Create a one-to-one mapping between the following SQL and MongoDB queries.

1.
```sql
INSERT INTO users(user_id,  age,  status)  
VALUES ("bcd001", 45, "A")
```

2.
```sql
SELECT * FROM users
```

3.
```sql
SELECT user_id, status FROM users
```

4.
```sql
SELECT * FROM users  
WHERE age > 25 AND age <= 50
```

5.
```sql
SELECT * FROM users  
WHERE status = "A" OR age = 50
``` 

6.
```sql
CREATE TABLE users (     
            id MEDIUMINT NOT NULL AUTO_INCREMENT,     
            user_id Varchar(30),     
            age Number,     
            status char(1),     
            PRIMARY KEY (id)     
)  
```  

7.
```sql
SELECT COUNT(user_id)   
FROM users
```


a.
```js
db.users.find(
    {"age": { "$gt": 25, "$lte": 50 }}
)
```
b. 
```js
db.users.find(
    { },
    {"user_id": 1, "status": 1, "_id": 0 }
)
```
c.
```js
db.createCollection("users")
```
d. 
```js
db.users.insert(
   {"user_id": "bcd001", "age": 45, "status": "A" }
)
```
e.

```js
db.users.count(
    {"user_id": {"$exists": true}}
) 

``` 
f.   
```js
db.users.find(   
    {"$or": [
        {"status": "A"},       
        {"age": 50}
    ]}    
) 
```
g. 
```js
db.users.find()
```

## 5. True or False
Decide whether the following statements are *true* or *false*.
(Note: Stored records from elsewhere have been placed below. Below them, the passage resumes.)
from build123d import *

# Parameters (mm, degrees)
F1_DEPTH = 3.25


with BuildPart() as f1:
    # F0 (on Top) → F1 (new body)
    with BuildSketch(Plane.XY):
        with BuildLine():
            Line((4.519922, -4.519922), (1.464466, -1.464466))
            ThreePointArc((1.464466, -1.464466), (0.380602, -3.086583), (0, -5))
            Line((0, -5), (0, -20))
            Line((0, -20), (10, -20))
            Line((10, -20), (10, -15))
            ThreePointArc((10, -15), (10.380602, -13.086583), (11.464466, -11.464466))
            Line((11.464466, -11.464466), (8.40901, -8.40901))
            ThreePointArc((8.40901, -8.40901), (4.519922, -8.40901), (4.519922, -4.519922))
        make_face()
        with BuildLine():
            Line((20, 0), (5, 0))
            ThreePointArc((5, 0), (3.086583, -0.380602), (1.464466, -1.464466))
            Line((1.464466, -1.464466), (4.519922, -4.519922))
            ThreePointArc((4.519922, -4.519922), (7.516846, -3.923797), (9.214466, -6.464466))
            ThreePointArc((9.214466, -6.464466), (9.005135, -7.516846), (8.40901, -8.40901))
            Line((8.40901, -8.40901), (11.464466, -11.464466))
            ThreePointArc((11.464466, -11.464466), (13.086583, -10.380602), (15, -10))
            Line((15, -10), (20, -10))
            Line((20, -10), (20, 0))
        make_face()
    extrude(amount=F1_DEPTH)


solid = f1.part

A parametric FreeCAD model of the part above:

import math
import FreeCAD as App
import Part
import Sketcher
Q = App.Units.Quantity

doc = App.newDocument("Part")
body = doc.addObject("PartDesign::Body", "Body")

# Sketch on XY plane
sketch1 = body.newObject("Sketcher::SketchObject", "Sketch")
sketch1.AttachmentSupport = (doc.getObject("XY_Plane"), [""])
sketch1.MapMode = "FlatFace"
sketch1.addGeometry([
    Part.ArcOfCircle(Part.Circle(App.Vector(5, -5, 0), App.Vector(0, 0, 1), 5), math.radians(135), math.radians(180)),  # 0
    Part.LineSegment(App.Vector(0, -5, 0), App.Vector(0, -20, 0)),  # 1
    Part.LineSegment(App.Vector(0, -20, 0), App.Vector(10, -20, 0)),  # 2
    Part.LineSegment(App.Vector(10, -20, 0), App.Vector(10, -15, 0)),  # 3
    Part.ArcOfCircle(Part.Circle(App.Vector(15, -15, 0), App.Vector(0, 0, 1), 5), math.radians(135), math.radians(180)),  # 4
    Part.ArcOfCircle(Part.Circle(App.Vector(15, -15, 0), App.Vector(0, 0, 1), 5), math.radians(90), math.radians(135)),  # 5
    Part.LineSegment(App.Vector(15, -10, 0), App.Vector(20, -10, 0)),  # 6
    Part.LineSegment(App.Vector(20, -10, 0), App.Vector(20, 0, 0)),  # 7
    Part.LineSegment(App.Vector(20, 0, 0), App.Vector(5, 0, 0)),  # 8
    Part.ArcOfCircle(Part.Circle(App.Vector(5, -5, 0), App.Vector(0, 0, 1), 5), math.radians(90), math.radians(135)),  # 9
    Part.ArcOfCircle(Part.Circle(App.Vector(6.5, -6.5, 0), App.Vector(0, 0, 1), 2.8), math.radians(135), math.radians(315)),  # 10
    Part.ArcOfCircle(Part.Circle(App.Vector(6.5, -6.5, 0), App.Vector(0, 0, 1), 2.8), math.radians(0), math.radians(135)),  # 11
    Part.ArcOfCircle(Part.Circle(App.Vector(6.5, -6.5, 0), App.Vector(0, 0, 1), 2.7), math.radians(-45), math.radians(0)),  # 12
], False)
sketch1.addConstraint([
    Sketcher.Constraint("Tangent", 0, 2, 1, 1),
    Sketcher.Constraint("Coincident", 1, 2, 2, 1),
    Sketcher.Constraint("Coincident", 2, 2, 3, 1),
    Sketcher.Constraint("Tangent", 3, 2, 4, 2),
    Sketcher.Constraint("Tangent", 4, 1, 5, 2),
    Sketcher.Constraint("Tangent", 5, 1, 6, 1),
    Sketcher.Constraint("Coincident", 6, 2, 7, 1),
    Sketcher.Constraint("Coincident", 7, 2, 8, 1),
    Sketcher.Constraint("Tangent", 8, 2, 9, 1),
    Sketcher.Constraint("Tangent", 9, 2, 0, 1),
    Sketcher.Constraint("Tangent", 10, 1, 11, 2),
    Sketcher.Constraint("Tangent", 11, 1, 12, 2),
    Sketcher.Constraint("Tangent", 12, 1, 10, 2),
    Sketcher.Constraint("Vertical", 1),
    Sketcher.Constraint("Horizontal", 2),
    Sketcher.Constraint("Vertical", 3),
    Sketcher.Constraint("Horizontal", 6),
    Sketcher.Constraint("Vertical", 7),
    Sketcher.Constraint("Horizontal", 8),
    Sketcher.Constraint("Equal", 0, 4),
    Sketcher.Constraint("Equal", 4, 5),
    Sketcher.Constraint("Equal", 5, 9),
    Sketcher.Constraint("PointOnObject", 0, 2, -2),
    Sketcher.Constraint("PointOnObject", 7, 2, -1),
    Sketcher.Constraint("Horizontal", 12, 3, 11, 1),
    Sketcher.Constraint("Equal", 8, 1),
    Sketcher.Constraint("Equal", 6, 3),
    Sketcher.Constraint("DistanceX", 2, 1, 2, 2, Q("10 mm")),
    Sketcher.Constraint("DistanceX", 6, 1, 6, 2, Q("5 mm")),
    Sketcher.Constraint("Radius", 10, Q("2.75 mm")),
    Sketcher.Constraint("DistanceY", 0, 3, -1, 1, Q("4.999999 mm")),
    Sketcher.Constraint("DistanceY", 4, 1, 12, 3, Q("4.999998 mm")),
    Sketcher.Constraint("DistanceX", 10, 3, 4, 1, Q("5 mm")),
    Sketcher.Constraint("DistanceX", 9, 2, 11, 3, Q("5 mm")),
    Sketcher.Constraint("DistanceX", -1, 1, 12, 3, Q("6.464469 mm")),
    Sketcher.Constraint("DistanceX", -1, 1, 12, 1, Q("8.40901 mm")),
    Sketcher.Constraint("DistanceX", -1, 1, 10, 1, Q("4.519922 mm")),
])
pad1 = body.newObject("PartDesign::Pad", "Pad")
pad1.Profile = sketch1
pad1.Length = 3.25

doc.recompute()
1. In document stores, you must determine and declare a collection's schema before inserting data. 
2. Documents stores are not subject to strict schema requirements and support only one denormalized data model.
3. Different relationships between data can be represented by references and embedded documents.
4. MongoDB provides the capability to validate documents during updates and insertions.
5. MongoDB uses sharding to replicate data across multiple nodes for high availability and fault tolerance.

## 6. Choose the right technology
In the following situations state which of the technologies (either a *document store* or a *relational database*) would be more suitable.
1. You are mostly working with semistructured or unstructured data.
2. Your application writes hundreds of records every few seconds but does not update them very often.
3. You have a well-defined schema with clear constraints.
4. You want the queries written for your DB to be easily readable.
5. Your schema has a lot of relations.
6. Your applications frequently updates and modifies large volume of records.